Outro comportamento ligado ao de pedir desculpas é o de ouvir. É a partir da capacidade de auscultar que podemos trazer informações vitais a nossa atenção – inclusive a percepção de que erramos. Ouvir, às vezes, pode parecer uma atuação passiva. Mas não há nada pior do que aquele que se "atira" a falar e atropela conversas, mesmo que na boa intenção. As pessoas que têm dificuldades para ouvir não percebem o ambiente, perdem a oportunidade de ler o cenário, de falar coisas adequadas no momento certo. O ser humano se expressa pelo gesto corporal e pela total atenção a quem está falando.

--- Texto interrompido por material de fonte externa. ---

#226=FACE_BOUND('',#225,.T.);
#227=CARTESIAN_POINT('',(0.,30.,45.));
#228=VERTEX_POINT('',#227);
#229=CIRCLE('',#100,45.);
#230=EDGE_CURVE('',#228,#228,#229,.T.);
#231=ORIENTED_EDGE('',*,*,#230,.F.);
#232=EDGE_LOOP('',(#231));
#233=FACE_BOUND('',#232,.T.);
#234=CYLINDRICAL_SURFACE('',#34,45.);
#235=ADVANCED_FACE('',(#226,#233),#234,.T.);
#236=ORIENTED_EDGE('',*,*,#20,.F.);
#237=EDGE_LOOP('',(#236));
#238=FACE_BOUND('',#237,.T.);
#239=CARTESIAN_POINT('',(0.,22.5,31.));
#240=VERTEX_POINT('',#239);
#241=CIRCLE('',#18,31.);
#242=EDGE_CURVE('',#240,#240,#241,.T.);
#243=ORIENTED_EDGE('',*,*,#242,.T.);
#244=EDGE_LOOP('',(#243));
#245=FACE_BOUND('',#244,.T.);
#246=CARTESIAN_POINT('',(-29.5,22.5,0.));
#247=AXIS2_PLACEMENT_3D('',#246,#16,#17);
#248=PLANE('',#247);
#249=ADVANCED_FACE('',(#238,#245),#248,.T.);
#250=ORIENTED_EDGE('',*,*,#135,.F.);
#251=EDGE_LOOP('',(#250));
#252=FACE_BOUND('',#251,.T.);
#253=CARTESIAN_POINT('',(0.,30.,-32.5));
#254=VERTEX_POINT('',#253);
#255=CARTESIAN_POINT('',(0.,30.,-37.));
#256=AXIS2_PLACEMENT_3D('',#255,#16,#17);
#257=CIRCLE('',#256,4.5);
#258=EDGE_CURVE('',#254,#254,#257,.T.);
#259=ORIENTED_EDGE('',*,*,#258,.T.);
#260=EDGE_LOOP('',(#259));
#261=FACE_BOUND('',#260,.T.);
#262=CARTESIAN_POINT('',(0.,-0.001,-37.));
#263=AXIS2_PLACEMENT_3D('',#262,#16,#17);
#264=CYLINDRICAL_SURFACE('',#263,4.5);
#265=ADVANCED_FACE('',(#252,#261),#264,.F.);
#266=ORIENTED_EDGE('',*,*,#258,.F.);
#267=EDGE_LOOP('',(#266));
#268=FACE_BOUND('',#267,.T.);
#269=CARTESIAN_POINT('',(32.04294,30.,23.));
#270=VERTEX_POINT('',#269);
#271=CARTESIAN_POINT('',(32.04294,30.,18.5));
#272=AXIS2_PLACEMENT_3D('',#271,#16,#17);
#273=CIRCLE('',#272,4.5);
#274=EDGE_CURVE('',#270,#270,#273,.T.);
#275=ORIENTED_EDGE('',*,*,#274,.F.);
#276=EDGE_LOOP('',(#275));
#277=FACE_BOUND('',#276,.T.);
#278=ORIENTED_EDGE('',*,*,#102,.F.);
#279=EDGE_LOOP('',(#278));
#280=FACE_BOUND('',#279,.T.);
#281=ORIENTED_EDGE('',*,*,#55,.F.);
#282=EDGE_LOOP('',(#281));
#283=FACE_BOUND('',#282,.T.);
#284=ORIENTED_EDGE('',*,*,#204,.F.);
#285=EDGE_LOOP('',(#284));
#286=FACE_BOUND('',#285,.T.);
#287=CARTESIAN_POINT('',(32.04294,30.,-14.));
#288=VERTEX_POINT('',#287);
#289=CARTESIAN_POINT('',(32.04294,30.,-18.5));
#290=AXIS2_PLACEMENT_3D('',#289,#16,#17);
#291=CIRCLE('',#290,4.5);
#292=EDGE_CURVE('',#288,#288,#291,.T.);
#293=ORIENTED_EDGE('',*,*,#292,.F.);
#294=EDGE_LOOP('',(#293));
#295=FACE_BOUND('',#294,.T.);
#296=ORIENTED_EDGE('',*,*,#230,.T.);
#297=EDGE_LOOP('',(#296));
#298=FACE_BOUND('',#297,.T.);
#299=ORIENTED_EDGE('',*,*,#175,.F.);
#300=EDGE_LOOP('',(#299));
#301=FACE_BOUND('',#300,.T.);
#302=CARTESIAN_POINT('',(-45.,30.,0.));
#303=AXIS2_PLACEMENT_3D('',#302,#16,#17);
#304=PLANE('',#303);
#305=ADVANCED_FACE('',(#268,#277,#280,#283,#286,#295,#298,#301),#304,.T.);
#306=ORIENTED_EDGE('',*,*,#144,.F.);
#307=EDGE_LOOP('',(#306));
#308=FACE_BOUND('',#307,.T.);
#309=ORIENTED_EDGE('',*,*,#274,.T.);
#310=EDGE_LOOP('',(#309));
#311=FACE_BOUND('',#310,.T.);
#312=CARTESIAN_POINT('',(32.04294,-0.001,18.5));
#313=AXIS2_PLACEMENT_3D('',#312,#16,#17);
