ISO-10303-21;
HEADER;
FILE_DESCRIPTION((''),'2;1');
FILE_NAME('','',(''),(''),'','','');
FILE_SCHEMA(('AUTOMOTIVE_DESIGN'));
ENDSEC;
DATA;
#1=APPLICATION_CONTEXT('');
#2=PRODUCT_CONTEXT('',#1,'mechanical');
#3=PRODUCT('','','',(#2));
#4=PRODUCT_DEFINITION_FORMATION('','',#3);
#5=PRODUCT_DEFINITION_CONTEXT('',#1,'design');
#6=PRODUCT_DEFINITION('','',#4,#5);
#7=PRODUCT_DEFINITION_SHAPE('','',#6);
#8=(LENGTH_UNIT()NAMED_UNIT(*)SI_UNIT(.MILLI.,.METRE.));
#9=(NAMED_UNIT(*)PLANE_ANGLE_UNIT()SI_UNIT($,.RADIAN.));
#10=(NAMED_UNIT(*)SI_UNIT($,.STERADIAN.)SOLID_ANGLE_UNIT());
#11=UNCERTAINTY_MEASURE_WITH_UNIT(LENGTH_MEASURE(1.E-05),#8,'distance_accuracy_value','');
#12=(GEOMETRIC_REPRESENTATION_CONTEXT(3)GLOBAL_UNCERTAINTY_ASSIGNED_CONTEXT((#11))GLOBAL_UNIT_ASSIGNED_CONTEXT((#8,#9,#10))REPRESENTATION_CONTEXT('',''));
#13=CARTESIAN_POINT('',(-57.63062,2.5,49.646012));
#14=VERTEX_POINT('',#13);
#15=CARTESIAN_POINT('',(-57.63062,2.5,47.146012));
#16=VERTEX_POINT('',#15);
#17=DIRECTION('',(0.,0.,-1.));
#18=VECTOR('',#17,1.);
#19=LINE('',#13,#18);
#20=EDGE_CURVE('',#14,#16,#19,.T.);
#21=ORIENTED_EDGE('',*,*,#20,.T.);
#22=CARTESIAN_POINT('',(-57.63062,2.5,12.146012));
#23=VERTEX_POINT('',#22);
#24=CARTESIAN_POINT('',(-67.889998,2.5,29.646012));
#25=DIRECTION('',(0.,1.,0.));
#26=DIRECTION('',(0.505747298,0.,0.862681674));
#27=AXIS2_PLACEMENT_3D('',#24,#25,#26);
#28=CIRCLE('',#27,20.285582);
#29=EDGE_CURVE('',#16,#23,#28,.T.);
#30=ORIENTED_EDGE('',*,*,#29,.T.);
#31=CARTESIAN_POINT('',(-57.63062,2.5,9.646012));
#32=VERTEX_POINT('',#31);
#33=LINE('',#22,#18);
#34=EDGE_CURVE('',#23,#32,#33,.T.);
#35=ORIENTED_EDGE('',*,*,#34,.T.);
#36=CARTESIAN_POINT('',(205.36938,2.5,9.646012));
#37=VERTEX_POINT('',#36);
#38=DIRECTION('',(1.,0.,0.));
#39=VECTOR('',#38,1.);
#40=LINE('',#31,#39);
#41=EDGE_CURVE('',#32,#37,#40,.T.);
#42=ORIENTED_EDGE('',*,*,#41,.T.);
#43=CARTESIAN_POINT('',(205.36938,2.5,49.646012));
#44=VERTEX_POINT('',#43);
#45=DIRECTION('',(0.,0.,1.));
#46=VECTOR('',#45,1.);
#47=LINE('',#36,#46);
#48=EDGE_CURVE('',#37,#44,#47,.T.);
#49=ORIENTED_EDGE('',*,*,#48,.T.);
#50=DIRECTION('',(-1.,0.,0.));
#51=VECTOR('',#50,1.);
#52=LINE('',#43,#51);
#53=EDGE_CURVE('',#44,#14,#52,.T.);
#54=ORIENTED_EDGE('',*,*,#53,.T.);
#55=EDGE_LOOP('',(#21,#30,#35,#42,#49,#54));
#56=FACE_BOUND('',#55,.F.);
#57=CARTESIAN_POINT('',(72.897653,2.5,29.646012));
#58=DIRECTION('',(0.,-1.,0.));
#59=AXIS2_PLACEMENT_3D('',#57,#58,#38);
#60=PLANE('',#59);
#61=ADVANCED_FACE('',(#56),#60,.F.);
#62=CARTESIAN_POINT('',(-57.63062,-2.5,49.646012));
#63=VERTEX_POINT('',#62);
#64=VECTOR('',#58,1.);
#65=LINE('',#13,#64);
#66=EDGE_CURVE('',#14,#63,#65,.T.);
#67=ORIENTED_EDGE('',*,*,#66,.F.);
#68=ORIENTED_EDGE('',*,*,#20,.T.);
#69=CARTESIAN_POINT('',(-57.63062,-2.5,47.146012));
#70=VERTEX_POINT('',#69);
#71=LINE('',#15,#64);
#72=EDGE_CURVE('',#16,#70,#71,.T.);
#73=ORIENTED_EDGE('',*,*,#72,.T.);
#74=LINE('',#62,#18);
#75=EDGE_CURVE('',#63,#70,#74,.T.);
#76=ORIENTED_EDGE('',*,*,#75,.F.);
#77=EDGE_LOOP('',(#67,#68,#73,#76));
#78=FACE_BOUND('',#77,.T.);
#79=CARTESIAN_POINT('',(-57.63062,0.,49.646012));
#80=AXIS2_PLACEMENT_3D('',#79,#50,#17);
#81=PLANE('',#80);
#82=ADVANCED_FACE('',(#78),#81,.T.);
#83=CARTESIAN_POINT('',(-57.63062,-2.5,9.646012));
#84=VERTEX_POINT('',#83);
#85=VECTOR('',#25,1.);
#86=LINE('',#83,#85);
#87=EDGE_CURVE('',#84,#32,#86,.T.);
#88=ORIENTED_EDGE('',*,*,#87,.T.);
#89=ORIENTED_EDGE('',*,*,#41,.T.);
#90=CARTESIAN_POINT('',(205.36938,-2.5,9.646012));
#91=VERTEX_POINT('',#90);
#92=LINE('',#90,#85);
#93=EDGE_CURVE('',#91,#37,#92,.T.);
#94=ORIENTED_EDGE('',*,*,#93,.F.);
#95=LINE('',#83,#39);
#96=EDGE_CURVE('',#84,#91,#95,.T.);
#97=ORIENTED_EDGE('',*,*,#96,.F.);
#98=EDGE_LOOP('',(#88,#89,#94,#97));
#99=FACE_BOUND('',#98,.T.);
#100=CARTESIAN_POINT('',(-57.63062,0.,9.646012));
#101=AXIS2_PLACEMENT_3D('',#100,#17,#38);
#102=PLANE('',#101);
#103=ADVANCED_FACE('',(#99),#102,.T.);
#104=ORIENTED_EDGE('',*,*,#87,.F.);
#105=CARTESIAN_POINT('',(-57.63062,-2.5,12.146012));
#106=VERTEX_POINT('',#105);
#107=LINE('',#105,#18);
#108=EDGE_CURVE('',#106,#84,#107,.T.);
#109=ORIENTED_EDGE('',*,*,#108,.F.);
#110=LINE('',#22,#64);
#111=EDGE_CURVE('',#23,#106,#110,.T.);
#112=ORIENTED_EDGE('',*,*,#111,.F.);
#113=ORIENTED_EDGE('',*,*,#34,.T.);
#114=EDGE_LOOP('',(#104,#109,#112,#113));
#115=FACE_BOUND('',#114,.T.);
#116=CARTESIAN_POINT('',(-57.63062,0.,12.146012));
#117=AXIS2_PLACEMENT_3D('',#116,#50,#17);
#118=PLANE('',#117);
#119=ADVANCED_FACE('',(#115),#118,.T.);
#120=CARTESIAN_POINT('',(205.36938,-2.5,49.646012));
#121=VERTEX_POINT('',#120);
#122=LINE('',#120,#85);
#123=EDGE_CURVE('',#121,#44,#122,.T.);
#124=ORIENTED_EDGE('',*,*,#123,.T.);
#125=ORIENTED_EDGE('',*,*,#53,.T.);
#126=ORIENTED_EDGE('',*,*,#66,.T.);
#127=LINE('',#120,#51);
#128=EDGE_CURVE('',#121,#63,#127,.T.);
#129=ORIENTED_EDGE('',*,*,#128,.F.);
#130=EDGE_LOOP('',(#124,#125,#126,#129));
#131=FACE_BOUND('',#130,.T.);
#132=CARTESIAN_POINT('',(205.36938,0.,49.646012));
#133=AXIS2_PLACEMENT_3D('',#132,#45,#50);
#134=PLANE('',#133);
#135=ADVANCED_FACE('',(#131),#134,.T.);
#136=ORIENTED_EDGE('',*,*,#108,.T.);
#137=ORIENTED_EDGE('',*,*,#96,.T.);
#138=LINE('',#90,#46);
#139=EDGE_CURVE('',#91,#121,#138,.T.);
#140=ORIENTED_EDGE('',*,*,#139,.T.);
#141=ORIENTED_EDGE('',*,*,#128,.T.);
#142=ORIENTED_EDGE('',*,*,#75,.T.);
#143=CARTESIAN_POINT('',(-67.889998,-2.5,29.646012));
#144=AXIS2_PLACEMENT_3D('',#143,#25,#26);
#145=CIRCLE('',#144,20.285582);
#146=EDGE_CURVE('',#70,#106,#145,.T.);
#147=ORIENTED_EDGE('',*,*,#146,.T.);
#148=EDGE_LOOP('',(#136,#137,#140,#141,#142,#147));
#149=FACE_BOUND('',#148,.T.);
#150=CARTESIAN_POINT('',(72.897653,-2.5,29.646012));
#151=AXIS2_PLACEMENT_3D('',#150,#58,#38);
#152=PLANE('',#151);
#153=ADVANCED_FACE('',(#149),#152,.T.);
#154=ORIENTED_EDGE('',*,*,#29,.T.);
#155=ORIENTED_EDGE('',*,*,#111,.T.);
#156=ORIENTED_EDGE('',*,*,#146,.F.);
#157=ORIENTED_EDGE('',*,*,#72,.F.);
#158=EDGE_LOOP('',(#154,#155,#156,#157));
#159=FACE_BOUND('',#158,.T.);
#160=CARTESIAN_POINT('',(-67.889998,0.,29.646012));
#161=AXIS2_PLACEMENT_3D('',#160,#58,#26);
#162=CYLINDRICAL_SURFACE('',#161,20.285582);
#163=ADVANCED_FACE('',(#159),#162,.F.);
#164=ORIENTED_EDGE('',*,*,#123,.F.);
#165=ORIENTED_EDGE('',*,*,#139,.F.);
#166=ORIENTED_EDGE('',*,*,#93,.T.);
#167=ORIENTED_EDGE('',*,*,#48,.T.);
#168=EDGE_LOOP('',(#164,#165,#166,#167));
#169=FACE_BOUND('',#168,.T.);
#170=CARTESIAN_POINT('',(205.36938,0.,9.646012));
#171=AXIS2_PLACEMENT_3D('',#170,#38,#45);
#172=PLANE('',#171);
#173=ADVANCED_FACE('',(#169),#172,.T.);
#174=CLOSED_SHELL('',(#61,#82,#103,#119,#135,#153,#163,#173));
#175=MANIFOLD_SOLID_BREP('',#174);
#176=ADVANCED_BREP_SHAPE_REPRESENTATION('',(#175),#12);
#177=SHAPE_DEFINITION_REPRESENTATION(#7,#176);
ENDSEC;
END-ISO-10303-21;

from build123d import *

# Parameters (mm, degrees)
F1_DEPTH = 2.5


with BuildPart() as f1:
    # F0 (on Front) → F1 (new body, symmetric)
    with BuildSketch(Plane.XZ):
        with BuildLine():
            Line((205.3693801672, 49.6460123666), (-57.6306198328, 49.6460123666))
            Line((-57.6306198328, 49.6460123666), (-57.6306198328, 47.1460123666))
            ThreePointArc((-57.6306198328, 47.1460123666), (-47.6044160209, 29.6460123666), (-57.6306198328, 12.1460123666))
            Line((-57.6306198328, 12.1460123666), (-57.6306198328, 9.6460123666))
            Line((-57.6306198328, 9.6460123666), (205.3693801672, 9.6460123666))
            Line((205.3693801672, 9.6460123666), (205.3693801672, 49.6460123666))
        make_face()
    extrude(amount=F1_DEPTH, both=True)


solid = f1.part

Ouvir não é abrir mão de falar, é decidir não falar. É ter sabedoria para entender, processar e devolver construtivamente o seu entendimento. E saber agradecer. Sim, saber agradecer, porque esse comportamento exige contato com nossas emoções, especialmente com a da gratidão. Ser grato de verdade, e dizer que é grato, exige novamente humildade! Quando isso é feito genuinamente, põe fim a vários momentos conflituosos. Acaba com mal-entendidos, reduz a frustração e o sentimento de dívida com alguém.

Finalmente, o pedir desculpas está ligado ao reconhecer. Reconhecer aqueles que contribuíram para que você ficasse melhor, aprendesse e fosse reconhecido. Reconhecer que não somos perfeitos, que erramos e corrigimos erros.

É recorrente o comportamento de tomar conta da ideia do outro no mundo do trabalho. E isso é destruidor! É preciso ter consciência de que quando não reconhecemos o outro, não promovemos nele o sentimento de realização. Isso é amputar uma pessoa, é não permitir que ela desfrute do prazer de ter feito algo que mudou para melhor o ambiente, o mundo.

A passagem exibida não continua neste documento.